The door stop rubbers are pressed tightly into steel holders, which in turn are screwed to the screen pillars.
The guttering rubbers are inserted into the groove above each gutter to conceal the fixing nails. These were usually painted over in bodywork colour.
The jacking point bungs had their heads painted in the bodywork colour, as was the surrounding area of chassis visible from outside the car.
Wiper Motor Pad
The windscreen wiper motor rests upon 3 of the above rubber pads.
The number plate seal is a rubber tube slitted along its length, and placed over each edge of the Perspex cover. The tube is in 4 separate lengths.
Fuel Pipe Pad
The fuel pipe pad prevents the pipe from rubbing against the chassis and sill-board, where it emerges from the chassis side-rail near the fuel tank.
Spare Wheel Door Seal
The spare wheel door seal is fitted across the top of the door aperture in 3 sections, separated by the door hinges.
Rear Wing Stone Pad
The rear wing stone pad seems to be missing from many ACs now. The above drawing shows the form of the original item. Its outer edge is clamped in place by a stainless steel piece of trim.
The 'furflex' type draft excluders are fitted to the screen pillar (A post), hinge pillar (B post) and the rear pillar of each door. The top end has the cloth folded over to conceal the rubber core. The boot lid also has this draft excluder at its bottom edge. Cloth colour usually matches the head lining and/or the carpeting of the car. Most replacements available only have a rubber tube with no flap. The draft excluder for the screen pillar (A post), has the flap trimmed off at the upper end where it has to bend around a tight curve.

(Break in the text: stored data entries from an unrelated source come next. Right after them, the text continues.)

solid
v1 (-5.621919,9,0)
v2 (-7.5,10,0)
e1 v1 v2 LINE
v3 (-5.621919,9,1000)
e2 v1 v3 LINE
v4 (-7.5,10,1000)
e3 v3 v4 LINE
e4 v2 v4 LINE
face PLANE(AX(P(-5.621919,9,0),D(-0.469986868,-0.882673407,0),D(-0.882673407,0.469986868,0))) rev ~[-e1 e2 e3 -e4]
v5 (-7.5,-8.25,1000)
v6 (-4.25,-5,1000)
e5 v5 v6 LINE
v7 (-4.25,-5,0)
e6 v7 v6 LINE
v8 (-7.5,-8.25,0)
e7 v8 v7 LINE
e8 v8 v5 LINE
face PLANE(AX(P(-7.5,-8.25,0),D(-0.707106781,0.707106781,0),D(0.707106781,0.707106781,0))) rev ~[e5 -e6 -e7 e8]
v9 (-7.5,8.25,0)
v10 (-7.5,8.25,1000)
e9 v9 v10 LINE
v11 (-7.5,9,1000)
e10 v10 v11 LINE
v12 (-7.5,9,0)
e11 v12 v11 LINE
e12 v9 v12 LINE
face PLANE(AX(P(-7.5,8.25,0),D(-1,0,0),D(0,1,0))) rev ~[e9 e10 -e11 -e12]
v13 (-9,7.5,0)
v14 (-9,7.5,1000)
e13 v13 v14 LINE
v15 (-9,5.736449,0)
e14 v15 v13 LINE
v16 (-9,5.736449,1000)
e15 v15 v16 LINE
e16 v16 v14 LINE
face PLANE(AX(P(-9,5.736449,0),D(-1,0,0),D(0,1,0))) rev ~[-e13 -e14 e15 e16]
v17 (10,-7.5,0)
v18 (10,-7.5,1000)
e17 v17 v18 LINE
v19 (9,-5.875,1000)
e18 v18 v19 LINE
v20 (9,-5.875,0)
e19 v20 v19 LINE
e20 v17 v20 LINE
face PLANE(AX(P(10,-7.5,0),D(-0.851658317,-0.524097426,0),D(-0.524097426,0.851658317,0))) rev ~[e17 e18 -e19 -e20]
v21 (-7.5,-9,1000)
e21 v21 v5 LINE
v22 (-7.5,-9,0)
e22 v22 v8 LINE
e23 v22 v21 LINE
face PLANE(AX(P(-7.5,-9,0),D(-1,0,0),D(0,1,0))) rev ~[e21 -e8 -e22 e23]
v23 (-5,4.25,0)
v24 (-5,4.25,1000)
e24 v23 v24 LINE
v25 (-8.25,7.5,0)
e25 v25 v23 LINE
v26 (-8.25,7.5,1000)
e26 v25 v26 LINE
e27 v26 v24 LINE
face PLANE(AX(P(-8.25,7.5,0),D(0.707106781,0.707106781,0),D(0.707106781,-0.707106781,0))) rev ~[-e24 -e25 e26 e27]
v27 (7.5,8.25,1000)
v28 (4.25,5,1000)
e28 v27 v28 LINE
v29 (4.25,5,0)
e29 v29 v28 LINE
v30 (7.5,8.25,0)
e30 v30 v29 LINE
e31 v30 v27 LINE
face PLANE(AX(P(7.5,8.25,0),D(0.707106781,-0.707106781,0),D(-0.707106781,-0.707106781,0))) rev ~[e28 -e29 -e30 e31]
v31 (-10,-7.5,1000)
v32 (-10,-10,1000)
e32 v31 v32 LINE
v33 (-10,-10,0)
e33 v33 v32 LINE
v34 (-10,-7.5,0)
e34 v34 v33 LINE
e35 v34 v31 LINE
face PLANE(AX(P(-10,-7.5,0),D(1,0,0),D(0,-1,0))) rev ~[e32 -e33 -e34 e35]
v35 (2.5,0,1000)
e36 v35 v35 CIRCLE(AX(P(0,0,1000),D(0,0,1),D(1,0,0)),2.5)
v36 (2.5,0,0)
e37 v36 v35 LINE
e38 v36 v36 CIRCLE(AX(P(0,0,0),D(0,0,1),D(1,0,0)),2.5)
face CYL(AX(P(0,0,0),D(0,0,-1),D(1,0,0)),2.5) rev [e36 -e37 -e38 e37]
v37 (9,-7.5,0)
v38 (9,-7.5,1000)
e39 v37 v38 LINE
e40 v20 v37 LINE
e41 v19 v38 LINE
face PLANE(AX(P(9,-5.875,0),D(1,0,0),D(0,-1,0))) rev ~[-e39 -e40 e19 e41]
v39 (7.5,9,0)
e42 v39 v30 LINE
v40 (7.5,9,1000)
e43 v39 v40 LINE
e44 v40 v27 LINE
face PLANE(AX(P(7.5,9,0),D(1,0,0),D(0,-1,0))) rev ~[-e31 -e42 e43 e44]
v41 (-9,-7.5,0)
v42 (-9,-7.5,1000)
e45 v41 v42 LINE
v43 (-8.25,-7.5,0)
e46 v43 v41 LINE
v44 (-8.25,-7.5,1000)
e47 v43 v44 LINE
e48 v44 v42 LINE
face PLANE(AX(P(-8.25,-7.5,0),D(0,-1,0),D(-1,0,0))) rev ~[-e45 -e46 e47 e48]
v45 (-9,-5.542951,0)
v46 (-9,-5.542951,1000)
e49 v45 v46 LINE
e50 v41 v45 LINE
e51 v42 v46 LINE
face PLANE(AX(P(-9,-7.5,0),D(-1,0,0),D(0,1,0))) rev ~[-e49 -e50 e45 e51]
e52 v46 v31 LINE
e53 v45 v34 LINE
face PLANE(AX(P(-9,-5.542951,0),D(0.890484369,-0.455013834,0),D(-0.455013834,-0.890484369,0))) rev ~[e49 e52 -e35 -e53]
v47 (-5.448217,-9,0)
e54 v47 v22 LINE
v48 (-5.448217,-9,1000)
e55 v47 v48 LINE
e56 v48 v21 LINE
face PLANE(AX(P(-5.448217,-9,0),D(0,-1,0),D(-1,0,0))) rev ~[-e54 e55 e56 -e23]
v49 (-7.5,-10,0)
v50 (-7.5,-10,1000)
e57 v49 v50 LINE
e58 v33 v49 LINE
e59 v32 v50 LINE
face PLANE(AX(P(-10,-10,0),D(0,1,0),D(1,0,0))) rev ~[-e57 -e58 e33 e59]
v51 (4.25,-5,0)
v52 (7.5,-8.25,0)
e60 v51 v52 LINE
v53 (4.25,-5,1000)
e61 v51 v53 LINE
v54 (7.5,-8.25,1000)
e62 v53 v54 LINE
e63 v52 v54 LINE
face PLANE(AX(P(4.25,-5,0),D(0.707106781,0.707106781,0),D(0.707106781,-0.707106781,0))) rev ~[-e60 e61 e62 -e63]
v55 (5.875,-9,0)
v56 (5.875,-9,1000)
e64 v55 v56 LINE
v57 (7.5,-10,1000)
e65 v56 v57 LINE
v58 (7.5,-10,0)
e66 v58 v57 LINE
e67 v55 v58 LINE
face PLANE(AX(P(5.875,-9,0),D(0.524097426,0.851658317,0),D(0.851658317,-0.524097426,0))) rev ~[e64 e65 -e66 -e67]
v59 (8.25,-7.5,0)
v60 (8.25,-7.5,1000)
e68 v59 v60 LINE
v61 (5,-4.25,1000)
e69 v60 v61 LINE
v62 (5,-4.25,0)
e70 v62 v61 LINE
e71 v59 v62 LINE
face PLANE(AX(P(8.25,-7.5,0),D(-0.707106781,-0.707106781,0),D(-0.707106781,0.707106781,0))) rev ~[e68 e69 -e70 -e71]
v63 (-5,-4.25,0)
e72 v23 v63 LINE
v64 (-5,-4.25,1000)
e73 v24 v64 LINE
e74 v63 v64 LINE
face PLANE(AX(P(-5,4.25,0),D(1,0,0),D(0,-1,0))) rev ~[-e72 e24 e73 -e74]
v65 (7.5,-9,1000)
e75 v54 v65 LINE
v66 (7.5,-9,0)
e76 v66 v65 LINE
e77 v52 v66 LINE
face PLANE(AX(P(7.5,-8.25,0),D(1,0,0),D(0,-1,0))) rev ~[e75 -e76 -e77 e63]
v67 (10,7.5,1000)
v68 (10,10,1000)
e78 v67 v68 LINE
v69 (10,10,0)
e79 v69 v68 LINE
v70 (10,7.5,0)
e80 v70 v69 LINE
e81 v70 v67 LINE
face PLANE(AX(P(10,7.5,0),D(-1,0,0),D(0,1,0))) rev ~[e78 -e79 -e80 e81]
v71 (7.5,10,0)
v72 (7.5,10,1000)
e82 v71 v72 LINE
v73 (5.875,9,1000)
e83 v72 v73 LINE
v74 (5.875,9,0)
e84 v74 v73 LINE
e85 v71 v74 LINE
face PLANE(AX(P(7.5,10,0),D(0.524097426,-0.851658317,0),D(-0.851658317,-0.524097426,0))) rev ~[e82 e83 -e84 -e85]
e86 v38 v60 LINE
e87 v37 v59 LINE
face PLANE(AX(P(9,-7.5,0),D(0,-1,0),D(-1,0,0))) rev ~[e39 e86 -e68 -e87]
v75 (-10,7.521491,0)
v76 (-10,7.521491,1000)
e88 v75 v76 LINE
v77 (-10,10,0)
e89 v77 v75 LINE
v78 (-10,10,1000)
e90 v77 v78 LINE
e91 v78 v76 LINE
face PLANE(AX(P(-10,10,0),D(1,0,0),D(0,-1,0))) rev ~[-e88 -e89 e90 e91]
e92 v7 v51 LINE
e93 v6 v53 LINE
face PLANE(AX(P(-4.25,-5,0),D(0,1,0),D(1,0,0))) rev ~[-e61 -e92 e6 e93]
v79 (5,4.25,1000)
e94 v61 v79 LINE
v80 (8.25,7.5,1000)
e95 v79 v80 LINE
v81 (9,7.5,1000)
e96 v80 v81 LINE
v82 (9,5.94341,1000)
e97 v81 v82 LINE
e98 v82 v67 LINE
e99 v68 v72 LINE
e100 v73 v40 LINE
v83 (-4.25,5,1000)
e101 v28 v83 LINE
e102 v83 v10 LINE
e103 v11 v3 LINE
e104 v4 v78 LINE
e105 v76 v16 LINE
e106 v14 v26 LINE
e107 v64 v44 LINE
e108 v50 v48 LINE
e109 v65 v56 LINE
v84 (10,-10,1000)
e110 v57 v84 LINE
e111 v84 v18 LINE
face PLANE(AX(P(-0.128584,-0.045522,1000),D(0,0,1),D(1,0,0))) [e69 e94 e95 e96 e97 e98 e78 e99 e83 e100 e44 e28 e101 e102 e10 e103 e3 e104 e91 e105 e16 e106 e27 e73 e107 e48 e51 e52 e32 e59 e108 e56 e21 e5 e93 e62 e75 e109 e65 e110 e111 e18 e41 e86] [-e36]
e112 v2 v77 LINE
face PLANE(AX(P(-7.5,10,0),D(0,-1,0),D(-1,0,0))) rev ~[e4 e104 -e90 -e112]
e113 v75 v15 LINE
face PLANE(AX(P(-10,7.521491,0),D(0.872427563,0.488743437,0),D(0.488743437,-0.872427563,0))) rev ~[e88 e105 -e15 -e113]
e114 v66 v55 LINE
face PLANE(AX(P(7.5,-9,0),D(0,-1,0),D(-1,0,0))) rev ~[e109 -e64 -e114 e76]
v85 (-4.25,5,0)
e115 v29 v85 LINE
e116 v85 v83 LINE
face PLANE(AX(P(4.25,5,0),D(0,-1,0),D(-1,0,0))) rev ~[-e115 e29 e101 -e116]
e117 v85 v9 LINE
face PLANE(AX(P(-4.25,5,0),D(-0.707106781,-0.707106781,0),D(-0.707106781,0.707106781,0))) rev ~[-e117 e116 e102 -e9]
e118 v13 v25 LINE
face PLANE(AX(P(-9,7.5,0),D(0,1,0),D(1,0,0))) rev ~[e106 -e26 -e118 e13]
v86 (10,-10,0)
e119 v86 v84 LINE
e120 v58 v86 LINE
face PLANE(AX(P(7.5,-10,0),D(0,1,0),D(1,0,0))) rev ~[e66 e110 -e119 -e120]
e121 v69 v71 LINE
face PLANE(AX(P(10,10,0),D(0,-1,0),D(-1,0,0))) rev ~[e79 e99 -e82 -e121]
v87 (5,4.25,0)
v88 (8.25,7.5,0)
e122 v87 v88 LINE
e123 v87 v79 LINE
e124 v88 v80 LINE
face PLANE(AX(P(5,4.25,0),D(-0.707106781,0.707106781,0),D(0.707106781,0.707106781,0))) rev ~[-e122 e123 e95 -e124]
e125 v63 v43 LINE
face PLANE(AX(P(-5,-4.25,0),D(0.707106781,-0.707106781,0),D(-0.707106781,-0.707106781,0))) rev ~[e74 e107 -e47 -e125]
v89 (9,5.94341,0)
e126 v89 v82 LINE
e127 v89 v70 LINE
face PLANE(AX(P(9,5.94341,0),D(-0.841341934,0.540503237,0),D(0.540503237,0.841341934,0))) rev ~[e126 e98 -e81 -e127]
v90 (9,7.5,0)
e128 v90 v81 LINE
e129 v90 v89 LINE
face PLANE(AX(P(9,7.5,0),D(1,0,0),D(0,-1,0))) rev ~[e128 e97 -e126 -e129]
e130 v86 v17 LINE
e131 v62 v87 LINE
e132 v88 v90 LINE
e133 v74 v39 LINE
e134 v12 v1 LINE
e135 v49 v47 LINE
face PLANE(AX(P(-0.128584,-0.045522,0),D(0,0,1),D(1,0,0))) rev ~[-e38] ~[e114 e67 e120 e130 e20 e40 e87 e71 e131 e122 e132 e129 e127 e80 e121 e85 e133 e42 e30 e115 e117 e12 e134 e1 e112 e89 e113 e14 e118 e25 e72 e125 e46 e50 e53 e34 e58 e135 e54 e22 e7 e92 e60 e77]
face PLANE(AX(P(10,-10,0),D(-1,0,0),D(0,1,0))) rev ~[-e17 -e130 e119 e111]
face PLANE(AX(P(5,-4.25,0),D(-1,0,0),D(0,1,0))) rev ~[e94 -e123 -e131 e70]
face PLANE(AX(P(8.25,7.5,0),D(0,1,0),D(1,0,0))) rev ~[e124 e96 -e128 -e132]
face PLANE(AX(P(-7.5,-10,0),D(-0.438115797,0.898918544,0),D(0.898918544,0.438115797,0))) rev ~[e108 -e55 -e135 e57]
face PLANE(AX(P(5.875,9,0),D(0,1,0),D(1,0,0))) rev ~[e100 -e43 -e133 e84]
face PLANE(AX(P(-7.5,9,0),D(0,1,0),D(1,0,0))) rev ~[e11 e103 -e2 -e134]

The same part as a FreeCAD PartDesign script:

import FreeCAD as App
import Part
import Sketcher
from FreeCAD import Vector

doc = App.newDocument("Part")
body = doc.addObject("PartDesign::Body", "Body")

# Sketch on XY plane
sketch1 = doc.addObject("Sketcher::SketchObject", "Sketch")
body.addObject(sketch1)
sketch1.AttachmentSupport = (doc.XY_Plane, [""])
sketch1.MapMode = "FlatFace"
sketch1.addGeometry(Part.LineSegment(Vector(7.5, 8.2, 0), Vector(4.2, 5, 0)), False)
sketch1.addGeometry(Part.LineSegment(Vector(4.2, 5, 0), Vector(-4.2, 5, 0)), False)
sketch1.addGeometry(Part.LineSegment(Vector(-4.2, 5, 0), Vector(-7.5, 8.2, 0)), False)
sketch1.addGeometry(Part.LineSegment(Vector(-7.5, 8.2, 0), Vector(-7.5, 9, 0)), False)
sketch1.addGeometry(Part.LineSegment(Vector(-7.5, 9, 0), Vector(-5.6, 9, 0)), False)
sketch1.addGeometry(Part.LineSegment(Vector(-5.6, 9, 0), Vector(-7.5, 10, 0)), False)
sketch1.addGeometry(Part.LineSegment(Vector(-7.5, 10, 0), Vector(-10, 10, 0)), False)
sketch1.addGeometry(Part.LineSegment(Vector(-10, 10, 0), Vector(-10, 7.5, 0)), False)
sketch1.addGeometry(Part.LineSegment(Vector(-10, 7.5, 0), Vector(-9, 5.7, 0)), False)
sketch1.addGeometry(Part.LineSegment(Vector(-9, 5.7, 0), Vector(-9, 7.5, 0)), False)
sketch1.addGeometry(Part.LineSegment(Vector(-9, 7.5, 0), Vector(-8.2, 7.5, 0)), False)
sketch1.addGeometry(Part.LineSegment(Vector(-8.2, 7.5, 0), Vector(-5, 4.2, 0)), False)
sketch1.addGeometry(Part.LineSegment(Vector(-5, 4.2, 0), Vector(-5, -4.2, 0)), False)
sketch1.addGeometry(Part.LineSegment(Vector(-5, -4.2, 0), Vector(-8.2, -7.5, 0)), False)
sketch1.addGeometry(Part.LineSegment(Vector(-8.2, -7.5, 0), Vector(-9, -7.5, 0)), False)
sketch1.addGeometry(Part.LineSegment(Vector(-9, -7.5, 0), Vector(-9, -5.5, 0)), False)
sketch1.addGeometry(Part.LineSegment(Vector(-9, -5.5, 0), Vector(-10, -7.5, 0)), False)
sketch1.addGeometry(Part.LineSegment(Vector(-10, -7.5, 0), Vector(-10, -10, 0)), False)
sketch1.addGeometry(Part.LineSegment(Vector(-10, -10, 0), Vector(-7.5, -10, 0)), False)
sketch1.addGeometry(Part.LineSegment(Vector(-7.5, -10, 0), Vector(-5.4, -9, 0)), False)
sketch1.addGeometry(Part.LineSegment(Vector(-5.4, -9, 0), Vector(-7.5, -9, 0)), False)
sketch1.addGeometry(Part.LineSegment(Vector(-7.5, -9, 0), Vector(-7.5, -8.2, 0)), False)
sketch1.addGeometry(Part.LineSegment(Vector(-7.5, -8.2, 0), Vector(-4.2, -5, 0)), False)
sketch1.addGeometry(Part.LineSegment(Vector(-4.2, -5, 0), Vector(4.2, -5, 0)), False)
sketch1.addGeometry(Part.LineSegment(Vector(4.2, -5, 0), Vector(7.5, -8.2, 0)), False)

The rear wing piping is tacked into place, using the gap between bodyshell and inner wings to get the tacks into the wooden wheel arch. Front wing/scuttle piping has its tail end tacked to the plywood wing panel (concealed by the detachable wing panels). Front wing/cowl piping is fixed to the wing flange with an aluminium rivet at the top, the piping then stretched tightly around the curve of the wing, and then hooked under the radiator cowl. The wooden bead is longer than the plastic until the latter has been stretched.
Top Radiator Hose
The pipe on the radiator header tank, and the outlet from the thermostat, are very close to each other. For this reason, a hose with a lot of lateral flexibility is needed, hence the design illustrated above.
The driver's floor mat is sewn onto the front carpet section. It's centre line coincides with the brake pedal centre line.
Fuel Filler Grommet
Note that the drawing above is based upon a 1980s replacement part and not an original. This grommet fits around the quick-release fuel filler and sits upon the outside of the bodywork. The original was reinforced with fabric inside.
Dust cover for rear brake expander
The spring gaiter tends to sag under the increasing weight of grease added to the spring slipper, so you might wish to develop a better solution to keeping dirt and water out of the slipper. Nitrile is the preferred material, although neoprene might be suitable too.
Bump stop for front spring
Note that the above bump-stop uses a fairly soft grade of rubber.
Steering column bush
Adjust the inside diameter for a perfect fit (after painting the steering column if you are restoring), since this bush affects the steering.
Radiator cap seal
The above seal is for the original type of brass, screw-on radiator cap. Most of these were superceded by a quick release cap.